The employer must prove a negative about its own state of mind. That is a real burden, and it is why these claims settle.

No compensation cap

Unlike unfair dismissal, there is no statutory cap on compensation in a general protections matter, and compensation for hurt and distress is available. Civil penalties can also be imposed on the employer.

This does not mean the payouts are large. The Commission's data on general protections dismissal matters resolved in 2024-25 shows that of those with a monetary settlement, about a third were under $4,000, around 61% were under $10,000, and the median fell in the $4,000 to $5,999 range.

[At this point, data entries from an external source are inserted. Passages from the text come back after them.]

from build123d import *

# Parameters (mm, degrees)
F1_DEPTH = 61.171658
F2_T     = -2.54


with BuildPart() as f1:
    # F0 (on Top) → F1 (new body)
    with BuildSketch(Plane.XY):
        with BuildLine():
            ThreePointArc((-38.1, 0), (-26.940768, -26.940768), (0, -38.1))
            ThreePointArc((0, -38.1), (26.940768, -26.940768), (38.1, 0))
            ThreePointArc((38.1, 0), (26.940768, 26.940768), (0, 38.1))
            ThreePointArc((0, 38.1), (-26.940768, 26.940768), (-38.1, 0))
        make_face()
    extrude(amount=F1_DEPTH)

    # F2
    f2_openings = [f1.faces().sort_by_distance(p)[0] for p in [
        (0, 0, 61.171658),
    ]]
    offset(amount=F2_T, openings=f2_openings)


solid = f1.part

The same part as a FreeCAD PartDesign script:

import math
import FreeCAD as App
import Part
import Sketcher
Q = App.Units.Quantity


def faces_at(feature, points):
    """Names of the faces that lie closest to the given points."""
    faces = feature.Shape.Faces
    near = lambda p: min(range(len(faces)), key=lambda i: faces[i].distToShape(Part.Vertex(*p))[0])
    return sorted({f"Face{near(p) + 1}" for p in points})

doc = App.newDocument("Part")
body = doc.addObject("PartDesign::Body", "Body")

# Sketch on XY plane
sketch1 = body.newObject("Sketcher::SketchObject", "Sketch")
sketch1.AttachmentSupport = (doc.getObject("XY_Plane"), [""])
sketch1.MapMode = "FlatFace"
sketch1.addGeometry([
    Part.ArcOfCircle(Part.Circle(App.Vector(0, 0, 0), App.Vector(0, 0, 1), 38), math.radians(-180), math.radians(-90)),
    Part.ArcOfCircle(Part.Circle(App.Vector(0, 0, 0), App.Vector(0, 0, 1), 38), math.radians(-90), math.radians(0)),
    Part.ArcOfCircle(Part.Circle(App.Vector(0, 0, 0), App.Vector(0, 0, 1), 38), math.radians(0), math.radians(90)),
    Part.ArcOfCircle(Part.Circle(App.Vector(0, 0, 0), App.Vector(0, 0, 1), 38), math.radians(90), math.radians(180)),
], False)
sketch1.addConstraint([
    Sketcher.Constraint("Tangent", 0, 2, 1, 1),
    Sketcher.Constraint("Tangent", 1, 2, 2, 1),
    Sketcher.Constraint("Tangent", 2, 2, 3, 1),
    Sketcher.Constraint("Tangent", 3, 2, 0, 1),
    Sketcher.Constraint("Coincident", 0, 3, -1, 1),
    Sketcher.Constraint("Equal", 0, 1),
    Sketcher.Constraint("PointOnObject", 0, 2, -2),
    Sketcher.Constraint("PointOnObject", 1, 2, -1),
    Sketcher.Constraint("PointOnObject", 2, 2, -2),
    Sketcher.Constraint("PointOnObject", 3, 2, -1),
    Sketcher.Constraint("Radius", 0, Q("1.5 in")),
])
pad1 = body.newObject("PartDesign::Pad", "Pad")
pad1.Profile = sketch1
pad1.Length = 61.171658
doc.recompute()

thickness = body.newObject("PartDesign::Thickness", "Thickness")
thickness.Base = (pad1, faces_at(pad1, [(0, 0, 61.172)]))
thickness.Value = Q("0.1 in")
thickness.Reversed = True
thickness.Join = "Arc"

doc.recompute()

We would rather you read that here than discover it at conciliation.

The 21 day deadline

What happens if it does not settle

This is the part you need to understand before you engage anyone.

A general protections dismissal application goes to a conference at the Commission. If it does not resolve, the Commission issues a certificate, and your only remaining path is to commence proceedings in the Federal Circuit and Family Court of Australia.

In 2024-25, around a third of these matters did not settle and ended with a certificate.

Separately, a paid agent needs the Commission's permission under s.596(2) to participate in a general protections conference. Permission is not automatic.

We will tell you all of this before you engage us, not after. If your matter looks likely to need a court, we will tell you to see a lawyer.